Yes. I recall Isaac Asimov using (coining?) the word “Yahvistic,” but “Abrahamic” means the same. All purport to derive from Abraham’s original covenant with God. There is also a legend that, as Jews all descend from Abraham through his son Isaac, Arabs – as distinct from Muslims – all descend from Abraham through his son Ishmael. So they’re the cousins of Jews, and there’s no quarrel like a family quarrel . . . In Islam: A Short History, Karen Armstrong – who is not a Muslim – argued that Mohammed originally intended his religion as a race-specific religion, the right way of worship for Arabs as Judaism is the right way of worship for Jews – rather than a universalist religion to which all the world should be converted. Since he only extended his rule over Arabia in his own lifetime, the question of converting non-Arabs did not arise until the Arabs started conquering their neighbors. And in the early years, Muslim Arabs living among and ruling over non-Arabs made no attempt to proselytize, were reluctant even to accept converts, and kept themselves separate in military compounds and did not socially mix with the locals. That eventually changed.

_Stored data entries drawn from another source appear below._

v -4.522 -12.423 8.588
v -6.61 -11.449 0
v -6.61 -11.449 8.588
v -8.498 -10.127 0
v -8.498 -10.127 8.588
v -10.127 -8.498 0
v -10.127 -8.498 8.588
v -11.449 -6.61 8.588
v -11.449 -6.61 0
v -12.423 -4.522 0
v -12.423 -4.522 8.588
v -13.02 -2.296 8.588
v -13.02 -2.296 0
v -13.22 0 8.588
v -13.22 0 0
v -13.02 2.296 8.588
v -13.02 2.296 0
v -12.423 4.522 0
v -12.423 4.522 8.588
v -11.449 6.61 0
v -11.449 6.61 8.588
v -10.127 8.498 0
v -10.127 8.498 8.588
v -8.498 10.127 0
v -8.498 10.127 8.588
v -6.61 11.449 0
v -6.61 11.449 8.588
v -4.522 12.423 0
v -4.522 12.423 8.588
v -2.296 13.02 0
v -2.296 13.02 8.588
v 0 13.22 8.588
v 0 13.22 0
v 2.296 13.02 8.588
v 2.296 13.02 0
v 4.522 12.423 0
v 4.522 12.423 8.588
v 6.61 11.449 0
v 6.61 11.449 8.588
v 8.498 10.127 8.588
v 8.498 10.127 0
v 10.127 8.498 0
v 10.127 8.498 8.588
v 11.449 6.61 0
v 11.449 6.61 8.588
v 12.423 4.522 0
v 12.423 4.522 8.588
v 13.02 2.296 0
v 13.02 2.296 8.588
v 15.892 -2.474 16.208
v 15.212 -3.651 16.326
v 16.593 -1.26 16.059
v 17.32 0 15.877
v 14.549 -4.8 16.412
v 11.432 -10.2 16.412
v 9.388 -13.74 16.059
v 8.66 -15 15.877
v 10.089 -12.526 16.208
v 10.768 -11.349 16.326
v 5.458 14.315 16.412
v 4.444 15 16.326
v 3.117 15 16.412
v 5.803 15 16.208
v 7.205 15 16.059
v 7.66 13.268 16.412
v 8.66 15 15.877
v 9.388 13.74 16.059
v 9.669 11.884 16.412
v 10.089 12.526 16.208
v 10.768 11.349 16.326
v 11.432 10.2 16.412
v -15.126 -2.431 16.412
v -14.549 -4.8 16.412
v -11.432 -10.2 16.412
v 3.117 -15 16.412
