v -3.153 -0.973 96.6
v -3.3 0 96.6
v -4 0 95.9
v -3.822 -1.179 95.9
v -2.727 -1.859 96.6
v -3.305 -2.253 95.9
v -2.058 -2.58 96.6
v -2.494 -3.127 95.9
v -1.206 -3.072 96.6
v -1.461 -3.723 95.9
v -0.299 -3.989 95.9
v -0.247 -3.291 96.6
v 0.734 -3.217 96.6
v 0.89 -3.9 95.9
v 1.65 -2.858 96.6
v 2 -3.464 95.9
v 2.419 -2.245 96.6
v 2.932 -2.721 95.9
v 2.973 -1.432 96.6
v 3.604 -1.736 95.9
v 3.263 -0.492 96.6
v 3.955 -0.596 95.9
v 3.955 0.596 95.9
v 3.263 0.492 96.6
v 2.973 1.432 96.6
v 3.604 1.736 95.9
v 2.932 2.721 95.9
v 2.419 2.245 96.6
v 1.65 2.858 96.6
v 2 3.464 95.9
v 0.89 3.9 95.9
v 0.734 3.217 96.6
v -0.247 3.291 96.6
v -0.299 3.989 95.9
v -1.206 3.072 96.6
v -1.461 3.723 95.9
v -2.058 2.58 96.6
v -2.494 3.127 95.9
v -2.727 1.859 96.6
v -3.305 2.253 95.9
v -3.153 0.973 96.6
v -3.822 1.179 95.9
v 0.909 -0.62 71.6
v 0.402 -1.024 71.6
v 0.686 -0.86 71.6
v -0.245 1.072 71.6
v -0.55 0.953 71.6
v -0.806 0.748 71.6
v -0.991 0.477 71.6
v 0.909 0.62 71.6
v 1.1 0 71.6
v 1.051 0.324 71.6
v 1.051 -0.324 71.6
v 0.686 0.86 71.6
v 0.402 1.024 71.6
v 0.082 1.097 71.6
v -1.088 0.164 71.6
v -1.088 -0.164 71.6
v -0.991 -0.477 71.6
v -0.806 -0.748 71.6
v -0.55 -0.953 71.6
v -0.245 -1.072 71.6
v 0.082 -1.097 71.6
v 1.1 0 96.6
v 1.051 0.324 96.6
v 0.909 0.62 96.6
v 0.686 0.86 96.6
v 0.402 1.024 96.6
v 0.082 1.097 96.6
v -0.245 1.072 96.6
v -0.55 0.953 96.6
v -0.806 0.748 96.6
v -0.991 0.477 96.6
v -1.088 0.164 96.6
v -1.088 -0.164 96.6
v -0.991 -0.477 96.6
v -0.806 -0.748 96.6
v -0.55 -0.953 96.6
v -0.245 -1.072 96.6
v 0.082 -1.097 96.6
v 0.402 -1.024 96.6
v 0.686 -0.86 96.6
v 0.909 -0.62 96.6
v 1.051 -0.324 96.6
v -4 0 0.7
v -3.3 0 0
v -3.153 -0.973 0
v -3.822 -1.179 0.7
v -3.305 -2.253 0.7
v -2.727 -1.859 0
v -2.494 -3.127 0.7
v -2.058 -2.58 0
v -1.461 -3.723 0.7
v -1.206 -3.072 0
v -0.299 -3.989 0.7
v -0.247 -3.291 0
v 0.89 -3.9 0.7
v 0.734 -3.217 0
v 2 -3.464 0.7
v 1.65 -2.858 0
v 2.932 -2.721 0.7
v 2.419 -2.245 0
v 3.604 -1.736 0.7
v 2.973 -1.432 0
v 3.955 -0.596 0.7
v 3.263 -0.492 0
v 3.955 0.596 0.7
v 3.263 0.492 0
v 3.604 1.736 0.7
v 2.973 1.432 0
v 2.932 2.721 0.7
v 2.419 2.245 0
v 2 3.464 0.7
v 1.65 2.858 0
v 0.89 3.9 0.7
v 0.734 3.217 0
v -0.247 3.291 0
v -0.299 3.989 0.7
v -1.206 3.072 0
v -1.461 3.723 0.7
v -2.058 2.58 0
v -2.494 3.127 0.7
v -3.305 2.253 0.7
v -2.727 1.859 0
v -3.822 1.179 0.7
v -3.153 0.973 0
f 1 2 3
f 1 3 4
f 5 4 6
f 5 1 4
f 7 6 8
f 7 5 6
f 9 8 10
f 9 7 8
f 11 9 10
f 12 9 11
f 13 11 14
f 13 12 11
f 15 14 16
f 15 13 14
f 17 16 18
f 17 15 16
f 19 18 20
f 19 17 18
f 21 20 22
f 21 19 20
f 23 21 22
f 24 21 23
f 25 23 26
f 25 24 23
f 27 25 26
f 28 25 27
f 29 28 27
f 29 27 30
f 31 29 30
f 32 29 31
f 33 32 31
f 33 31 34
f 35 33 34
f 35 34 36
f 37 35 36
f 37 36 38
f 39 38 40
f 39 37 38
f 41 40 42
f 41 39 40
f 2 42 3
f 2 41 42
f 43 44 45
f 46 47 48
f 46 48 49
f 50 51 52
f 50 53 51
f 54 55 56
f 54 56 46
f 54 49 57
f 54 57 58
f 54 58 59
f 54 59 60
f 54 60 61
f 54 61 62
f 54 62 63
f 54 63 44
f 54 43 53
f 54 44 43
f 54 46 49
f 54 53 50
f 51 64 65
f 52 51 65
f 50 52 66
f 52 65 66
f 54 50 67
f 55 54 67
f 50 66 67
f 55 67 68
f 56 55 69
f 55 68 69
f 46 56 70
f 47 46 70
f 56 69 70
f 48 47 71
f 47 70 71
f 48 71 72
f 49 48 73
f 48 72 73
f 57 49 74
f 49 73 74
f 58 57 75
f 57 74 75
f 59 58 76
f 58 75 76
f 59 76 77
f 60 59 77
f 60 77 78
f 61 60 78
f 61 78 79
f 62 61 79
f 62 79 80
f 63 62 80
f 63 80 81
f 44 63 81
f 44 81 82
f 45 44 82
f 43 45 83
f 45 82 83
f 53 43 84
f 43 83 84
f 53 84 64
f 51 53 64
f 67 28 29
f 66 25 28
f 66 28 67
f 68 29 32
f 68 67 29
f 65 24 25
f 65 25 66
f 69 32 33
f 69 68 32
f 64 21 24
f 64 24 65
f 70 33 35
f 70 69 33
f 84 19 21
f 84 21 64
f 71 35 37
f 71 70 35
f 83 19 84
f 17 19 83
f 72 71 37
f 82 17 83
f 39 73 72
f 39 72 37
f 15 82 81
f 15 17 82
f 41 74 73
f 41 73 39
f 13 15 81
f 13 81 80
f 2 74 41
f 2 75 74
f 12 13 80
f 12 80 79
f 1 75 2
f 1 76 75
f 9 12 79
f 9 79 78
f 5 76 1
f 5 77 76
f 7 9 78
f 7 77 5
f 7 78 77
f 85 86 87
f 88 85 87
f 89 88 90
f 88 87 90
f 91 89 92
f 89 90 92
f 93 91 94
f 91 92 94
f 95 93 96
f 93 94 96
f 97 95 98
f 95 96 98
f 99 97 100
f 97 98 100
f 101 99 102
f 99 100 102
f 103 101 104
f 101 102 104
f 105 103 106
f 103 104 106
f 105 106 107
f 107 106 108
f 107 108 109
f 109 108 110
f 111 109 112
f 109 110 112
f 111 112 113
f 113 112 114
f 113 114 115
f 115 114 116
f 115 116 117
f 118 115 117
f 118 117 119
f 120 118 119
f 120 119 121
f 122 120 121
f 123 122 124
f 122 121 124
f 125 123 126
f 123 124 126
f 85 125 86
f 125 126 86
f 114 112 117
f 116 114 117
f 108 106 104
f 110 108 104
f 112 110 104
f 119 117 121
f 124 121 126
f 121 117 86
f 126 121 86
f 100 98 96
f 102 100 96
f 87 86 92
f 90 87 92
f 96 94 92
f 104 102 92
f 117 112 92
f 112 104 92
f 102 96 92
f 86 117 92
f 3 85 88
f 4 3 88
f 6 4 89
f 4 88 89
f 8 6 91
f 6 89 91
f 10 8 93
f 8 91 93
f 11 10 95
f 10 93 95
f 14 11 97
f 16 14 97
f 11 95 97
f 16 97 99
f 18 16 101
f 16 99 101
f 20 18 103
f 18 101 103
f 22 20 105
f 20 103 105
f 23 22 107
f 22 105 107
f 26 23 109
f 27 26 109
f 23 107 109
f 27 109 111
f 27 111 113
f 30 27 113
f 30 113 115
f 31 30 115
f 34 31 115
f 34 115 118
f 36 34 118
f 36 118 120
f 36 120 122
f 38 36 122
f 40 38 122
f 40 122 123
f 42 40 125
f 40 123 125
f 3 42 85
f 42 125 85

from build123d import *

# Parameters (mm, degrees)
IZIM1_R                     = 4
Y_KSEKLIK_EKSTR_ZYON1_DEPTH = 96.6
IZIM3_R                     = 1.1
KES_EKSTR_ZYON2_DEPTH       = 25
PAH1_SIZE                   = 0.7
PAH2_SIZE                   = 0.7


with BuildPart() as part:
    # Çizim1 → Yükseklik-Ekstrüzyon1 (new body)
    with BuildSketch(Plane.XY):
        with Locations(Location((0, 0, 0), (0, 0, 180))):
            Circle(IZIM1_R)
    extrude(amount=Y_KSEKLIK_EKSTR_ZYON1_DEPTH)

    # Çizim3 → Kes-Ekstrüzyon2 (cut)
    with BuildSketch(Plane.XY.offset(96.6)):
        Circle(IZIM3_R)
    extrude(amount=-KES_EKSTR_ZYON2_DEPTH, mode=Mode.SUBTRACT)

    # Pah1
    pah1_edges = [part.edges().sort_by_distance(p)[0] for p in [
        (4, 0, 96.6),
    ]]
    chamfer(pah1_edges, length=PAH1_SIZE)

    # Pah2
    pah2_edges = [part.edges().sort_by_distance(p)[0] for p in [
        (4, 0, 0),
    ]]
    chamfer(pah2_edges, length=PAH2_SIZE)


solid = part.part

I would like Jews to stop thinking about themselves as Jews, ans Muslims to stop thinking about themselves as Muslims. Same goes for all other groups. I say this as someone who used to think of himself as “Jewish.”. Life’s too short for group identities.
That would be nice. But one would be hard pressed to tear peoples’ lifelong values from them.
People who segregate themselves into groups are really making this planet a lot worse. It’s been the cause of countless wars, and it really needs to stop.
I do think they are different simply because there is no “white” identity. It would be more apt to compare “Jew” to “English” or “Italian.” After all, “Jew” is just another word for “white” in the census. And so is “Arab.”
Please bear in mind that much of Islam’s early history is hotly disputed, and Muhammad’s intentions for non-Arabs is definitely in that category. Looking at the actions of the Umayyads (the early years) for clues is problematic, because records of that time come to us from the Abbasids and as the deposers of the Umayyads they had an interest in claiming that the Umayyads were unfairly holding the True Faith back from people, among their other “crimes.”
While I am somewhat sympathetic to the argument that Muhammad was creating an ethnic faith for Arabs (Such as he would have understood “Arabs”) I am bothered by several things, not least of which is the fact that as far as I know he never condemned Christianity’s universality as one of its many corruptions. Anecdotally, I have also not met a scholar of Islam who would claim that Islam was originally not universalist, full stop. I don’t recall this argument being really fleshed out in Karen Armstrong’s (who is excellent) book, but I’d appreciate it if you could cite or quote it for my reference.